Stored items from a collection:
- - - -

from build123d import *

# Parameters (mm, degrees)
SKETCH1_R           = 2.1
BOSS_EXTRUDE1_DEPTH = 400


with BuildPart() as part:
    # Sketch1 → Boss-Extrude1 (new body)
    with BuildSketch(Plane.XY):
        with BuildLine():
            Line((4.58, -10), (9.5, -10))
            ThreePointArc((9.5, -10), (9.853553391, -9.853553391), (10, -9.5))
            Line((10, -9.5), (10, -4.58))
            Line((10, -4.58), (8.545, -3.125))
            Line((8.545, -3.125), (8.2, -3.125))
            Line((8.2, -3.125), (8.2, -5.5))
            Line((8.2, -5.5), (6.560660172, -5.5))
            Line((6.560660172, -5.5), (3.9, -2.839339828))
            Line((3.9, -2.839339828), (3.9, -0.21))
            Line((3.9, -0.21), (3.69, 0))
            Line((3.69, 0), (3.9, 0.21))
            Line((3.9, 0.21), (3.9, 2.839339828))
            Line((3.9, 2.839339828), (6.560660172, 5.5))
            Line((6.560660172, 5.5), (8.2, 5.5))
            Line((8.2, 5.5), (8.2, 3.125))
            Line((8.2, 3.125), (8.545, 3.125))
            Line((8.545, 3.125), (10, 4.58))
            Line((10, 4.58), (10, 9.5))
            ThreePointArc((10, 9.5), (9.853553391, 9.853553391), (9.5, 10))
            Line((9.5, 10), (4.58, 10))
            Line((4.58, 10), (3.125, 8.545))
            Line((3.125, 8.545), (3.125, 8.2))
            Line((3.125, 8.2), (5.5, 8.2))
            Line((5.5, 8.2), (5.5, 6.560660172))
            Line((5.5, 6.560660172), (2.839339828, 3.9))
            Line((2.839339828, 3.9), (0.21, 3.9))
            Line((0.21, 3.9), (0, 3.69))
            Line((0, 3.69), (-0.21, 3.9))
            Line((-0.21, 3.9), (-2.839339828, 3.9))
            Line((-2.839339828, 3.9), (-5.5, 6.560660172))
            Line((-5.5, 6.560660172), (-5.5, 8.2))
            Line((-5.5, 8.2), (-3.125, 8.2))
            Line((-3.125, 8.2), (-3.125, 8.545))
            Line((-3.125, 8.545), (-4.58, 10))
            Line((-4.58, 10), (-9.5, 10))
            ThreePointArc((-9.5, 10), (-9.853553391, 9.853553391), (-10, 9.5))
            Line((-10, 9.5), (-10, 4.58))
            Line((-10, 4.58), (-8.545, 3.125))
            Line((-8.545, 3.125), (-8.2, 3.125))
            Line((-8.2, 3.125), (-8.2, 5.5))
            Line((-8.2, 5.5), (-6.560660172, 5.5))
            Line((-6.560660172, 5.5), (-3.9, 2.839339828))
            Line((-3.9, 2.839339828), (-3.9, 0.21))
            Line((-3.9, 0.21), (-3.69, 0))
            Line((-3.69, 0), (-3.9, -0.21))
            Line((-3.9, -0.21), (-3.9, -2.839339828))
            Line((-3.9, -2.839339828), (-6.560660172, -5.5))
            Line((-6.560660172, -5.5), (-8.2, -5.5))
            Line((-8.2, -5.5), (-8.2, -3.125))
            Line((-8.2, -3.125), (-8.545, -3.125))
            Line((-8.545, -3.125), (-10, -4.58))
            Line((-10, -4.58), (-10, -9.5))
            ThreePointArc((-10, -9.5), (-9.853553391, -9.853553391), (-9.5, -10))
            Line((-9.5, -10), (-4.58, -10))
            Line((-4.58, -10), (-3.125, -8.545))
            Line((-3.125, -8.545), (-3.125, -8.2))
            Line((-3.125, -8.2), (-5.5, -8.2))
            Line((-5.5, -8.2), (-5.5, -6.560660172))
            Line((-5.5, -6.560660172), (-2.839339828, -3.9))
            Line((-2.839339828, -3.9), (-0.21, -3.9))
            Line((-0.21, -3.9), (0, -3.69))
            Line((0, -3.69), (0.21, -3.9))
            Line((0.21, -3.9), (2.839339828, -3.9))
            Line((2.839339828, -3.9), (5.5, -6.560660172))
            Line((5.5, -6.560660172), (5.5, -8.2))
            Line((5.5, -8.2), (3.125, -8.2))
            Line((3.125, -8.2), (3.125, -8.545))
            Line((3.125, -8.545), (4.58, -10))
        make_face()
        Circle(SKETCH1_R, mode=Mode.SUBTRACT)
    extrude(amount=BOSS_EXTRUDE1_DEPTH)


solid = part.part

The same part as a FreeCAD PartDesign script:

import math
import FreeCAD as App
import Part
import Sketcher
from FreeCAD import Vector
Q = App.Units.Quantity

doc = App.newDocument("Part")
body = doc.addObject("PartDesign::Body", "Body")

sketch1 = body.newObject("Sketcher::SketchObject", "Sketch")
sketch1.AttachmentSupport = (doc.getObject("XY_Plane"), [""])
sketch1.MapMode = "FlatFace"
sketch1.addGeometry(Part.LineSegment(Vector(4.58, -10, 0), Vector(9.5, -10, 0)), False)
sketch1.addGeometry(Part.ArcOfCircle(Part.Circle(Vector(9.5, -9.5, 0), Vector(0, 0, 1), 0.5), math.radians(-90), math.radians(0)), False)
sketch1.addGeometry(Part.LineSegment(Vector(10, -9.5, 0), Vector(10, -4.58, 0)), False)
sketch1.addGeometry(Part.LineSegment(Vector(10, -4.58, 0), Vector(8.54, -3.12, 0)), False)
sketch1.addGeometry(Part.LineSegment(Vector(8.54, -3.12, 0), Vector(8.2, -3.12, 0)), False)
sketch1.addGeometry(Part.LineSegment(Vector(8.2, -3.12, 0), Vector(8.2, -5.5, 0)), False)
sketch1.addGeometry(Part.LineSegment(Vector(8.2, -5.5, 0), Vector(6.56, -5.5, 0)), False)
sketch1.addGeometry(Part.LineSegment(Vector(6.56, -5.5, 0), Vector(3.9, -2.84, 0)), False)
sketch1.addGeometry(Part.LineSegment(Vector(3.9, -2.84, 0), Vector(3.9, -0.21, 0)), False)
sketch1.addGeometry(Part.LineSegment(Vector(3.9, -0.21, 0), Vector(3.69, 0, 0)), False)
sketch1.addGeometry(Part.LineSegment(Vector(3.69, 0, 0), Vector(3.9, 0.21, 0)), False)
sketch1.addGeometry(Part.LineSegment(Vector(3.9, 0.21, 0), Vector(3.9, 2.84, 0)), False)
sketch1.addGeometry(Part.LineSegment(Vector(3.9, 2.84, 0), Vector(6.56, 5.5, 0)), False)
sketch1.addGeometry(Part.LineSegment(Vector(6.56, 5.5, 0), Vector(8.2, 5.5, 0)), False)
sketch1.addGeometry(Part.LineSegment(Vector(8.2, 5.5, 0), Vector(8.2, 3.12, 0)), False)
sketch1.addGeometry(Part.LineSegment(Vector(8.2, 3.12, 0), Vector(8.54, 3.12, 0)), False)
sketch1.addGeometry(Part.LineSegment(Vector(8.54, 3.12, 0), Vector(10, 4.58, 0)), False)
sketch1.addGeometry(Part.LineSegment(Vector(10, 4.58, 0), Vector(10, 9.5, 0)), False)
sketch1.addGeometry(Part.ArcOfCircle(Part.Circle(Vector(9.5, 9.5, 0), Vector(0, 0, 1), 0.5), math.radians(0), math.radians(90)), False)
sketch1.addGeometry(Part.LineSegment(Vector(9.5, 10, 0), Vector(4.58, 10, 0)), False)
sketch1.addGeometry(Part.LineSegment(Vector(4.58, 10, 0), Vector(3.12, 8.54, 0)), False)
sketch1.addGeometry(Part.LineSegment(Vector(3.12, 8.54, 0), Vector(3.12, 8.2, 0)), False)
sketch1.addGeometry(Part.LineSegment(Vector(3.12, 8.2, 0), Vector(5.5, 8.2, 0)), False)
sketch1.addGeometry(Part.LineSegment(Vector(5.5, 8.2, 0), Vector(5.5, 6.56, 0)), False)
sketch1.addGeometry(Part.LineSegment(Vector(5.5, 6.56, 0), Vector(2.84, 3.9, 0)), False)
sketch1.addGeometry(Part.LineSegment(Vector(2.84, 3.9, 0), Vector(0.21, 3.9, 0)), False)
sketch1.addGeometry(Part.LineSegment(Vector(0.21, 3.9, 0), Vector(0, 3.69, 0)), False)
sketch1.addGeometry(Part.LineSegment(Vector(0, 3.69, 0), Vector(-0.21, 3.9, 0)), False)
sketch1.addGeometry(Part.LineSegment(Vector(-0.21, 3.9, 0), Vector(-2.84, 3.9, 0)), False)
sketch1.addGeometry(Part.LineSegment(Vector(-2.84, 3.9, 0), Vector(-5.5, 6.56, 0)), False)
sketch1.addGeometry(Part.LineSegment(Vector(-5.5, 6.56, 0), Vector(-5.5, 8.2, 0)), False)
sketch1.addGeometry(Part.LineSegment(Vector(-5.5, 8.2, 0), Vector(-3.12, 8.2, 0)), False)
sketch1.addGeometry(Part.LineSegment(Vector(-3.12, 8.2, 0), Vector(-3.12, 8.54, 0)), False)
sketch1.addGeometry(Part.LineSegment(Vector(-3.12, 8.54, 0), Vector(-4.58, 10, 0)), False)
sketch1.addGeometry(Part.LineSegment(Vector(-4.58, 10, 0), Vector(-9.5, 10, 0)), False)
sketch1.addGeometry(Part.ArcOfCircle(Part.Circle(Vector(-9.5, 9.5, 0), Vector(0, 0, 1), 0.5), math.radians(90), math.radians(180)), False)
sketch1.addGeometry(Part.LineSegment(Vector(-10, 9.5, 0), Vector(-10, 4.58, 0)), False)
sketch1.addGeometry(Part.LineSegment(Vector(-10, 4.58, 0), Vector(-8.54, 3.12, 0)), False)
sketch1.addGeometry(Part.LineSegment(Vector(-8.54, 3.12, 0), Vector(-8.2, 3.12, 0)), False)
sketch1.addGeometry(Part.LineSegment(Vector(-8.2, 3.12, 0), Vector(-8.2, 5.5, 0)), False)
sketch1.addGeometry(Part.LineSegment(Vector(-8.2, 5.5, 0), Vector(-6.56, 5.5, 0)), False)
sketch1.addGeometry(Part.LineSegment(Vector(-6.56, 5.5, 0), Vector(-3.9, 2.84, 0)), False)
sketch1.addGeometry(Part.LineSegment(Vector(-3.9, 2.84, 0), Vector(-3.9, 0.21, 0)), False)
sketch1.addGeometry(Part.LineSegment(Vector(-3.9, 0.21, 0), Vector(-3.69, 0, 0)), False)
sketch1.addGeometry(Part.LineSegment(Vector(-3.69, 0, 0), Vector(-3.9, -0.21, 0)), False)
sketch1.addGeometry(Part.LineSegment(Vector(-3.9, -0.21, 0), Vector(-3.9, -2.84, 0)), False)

- - - -

- Exercise goal
Going back over the entries above, copy word for word every line from the one that has "Line((8.2, -5.5), (6.560660172, -5.5))" on through the one that has "Line((-10, -4.58), (-10, -9.5))".

- Exercise response
            Line((8.2, -5.5), (6.560660172, -5.5))
            Line((6.560660172, -5.5), (3.9, -2.839339828))
            Line((3.9, -2.839339828), (3.9, -0.21))
            Line((3.9, -0.21), (3.69, 0))
            Line((3.69, 0), (3.9, 0.21))
            Line((3.9, 0.21), (3.9, 2.839339828))
            Line((3.9, 2.839339828), (6.560660172, 5.5))
            Line((6.560660172, 5.5), (8.2, 5.5))
            Line((8.2, 5.5), (8.2, 3.125))
            Line((8.2, 3.125), (8.545, 3.125))
            Line((8.545, 3.125), (10, 4.58))
            Line((10, 4.58), (10, 9.5))
            ThreePointArc((10, 9.5), (9.853553391, 9.853553391), (9.5, 10))
            Line((9.5, 10), (4.58, 10))
            Line((4.58, 10), (3.125, 8.545))
            Line((3.125, 8.545), (3.125, 8.2))
            Line((3.125, 8.2), (5.5, 8.2))
            Line((5.5, 8.2), (5.5, 6.560660172))
            Line((5.5, 6.560660172), (2.839339828, 3.9))
            Line((2.839339828, 3.9), (0.21, 3.9))
            Line((0.21, 3.9), (0, 3.69))
            Line((0, 3.69), (-0.21, 3.9))
            Line((-0.21, 3.9), (-2.839339828, 3.9))
            Line((-2.839339828, 3.9), (-5.5, 6.560660172))
            Line((-5.5, 6.560660172), (-5.5, 8.2))
            Line((-5.5, 8.2), (-3.125, 8.2))
            Line((-3.125, 8.2), (-3.125, 8.545))
            Line((-3.125, 8.545), (-4.58, 10))
            Line((-4.58, 10), (-9.5, 10))
            ThreePointArc((-9.5, 10), (-9.853553391, 9.853553391), (-10, 9.5))
            Line((-10, 9.5), (-10, 4.58))
            Line((-10, 4.58), (-8.545, 3.125))
            Line((-8.545, 3.125), (-8.2, 3.125))
            Line((-8.2, 3.125), (-8.2, 5.5))
            Line((-8.2, 5.5), (-6.560660172, 5.5))
            Line((-6.560660172, 5.5), (-3.9, 2.839339828))
            Line((-3.9, 2.839339828), (-3.9, 0.21))
            Line((-3.9, 0.21), (-3.69, 0))
            Line((-3.69, 0), (-3.9, -0.21))
            Line((-3.9, -0.21), (-3.9, -2.839339828))
            Line((-3.9, -2.839339828), (-6.560660172, -5.5))
            Line((-6.560660172, -5.5), (-8.2, -5.5))
            Line((-8.2, -5.5), (-8.2, -3.125))
            Line((-8.2, -3.125), (-8.545, -3.125))
            Line((-8.545, -3.125), (-10, -4.58))
            Line((-10, -4.58), (-10, -9.5))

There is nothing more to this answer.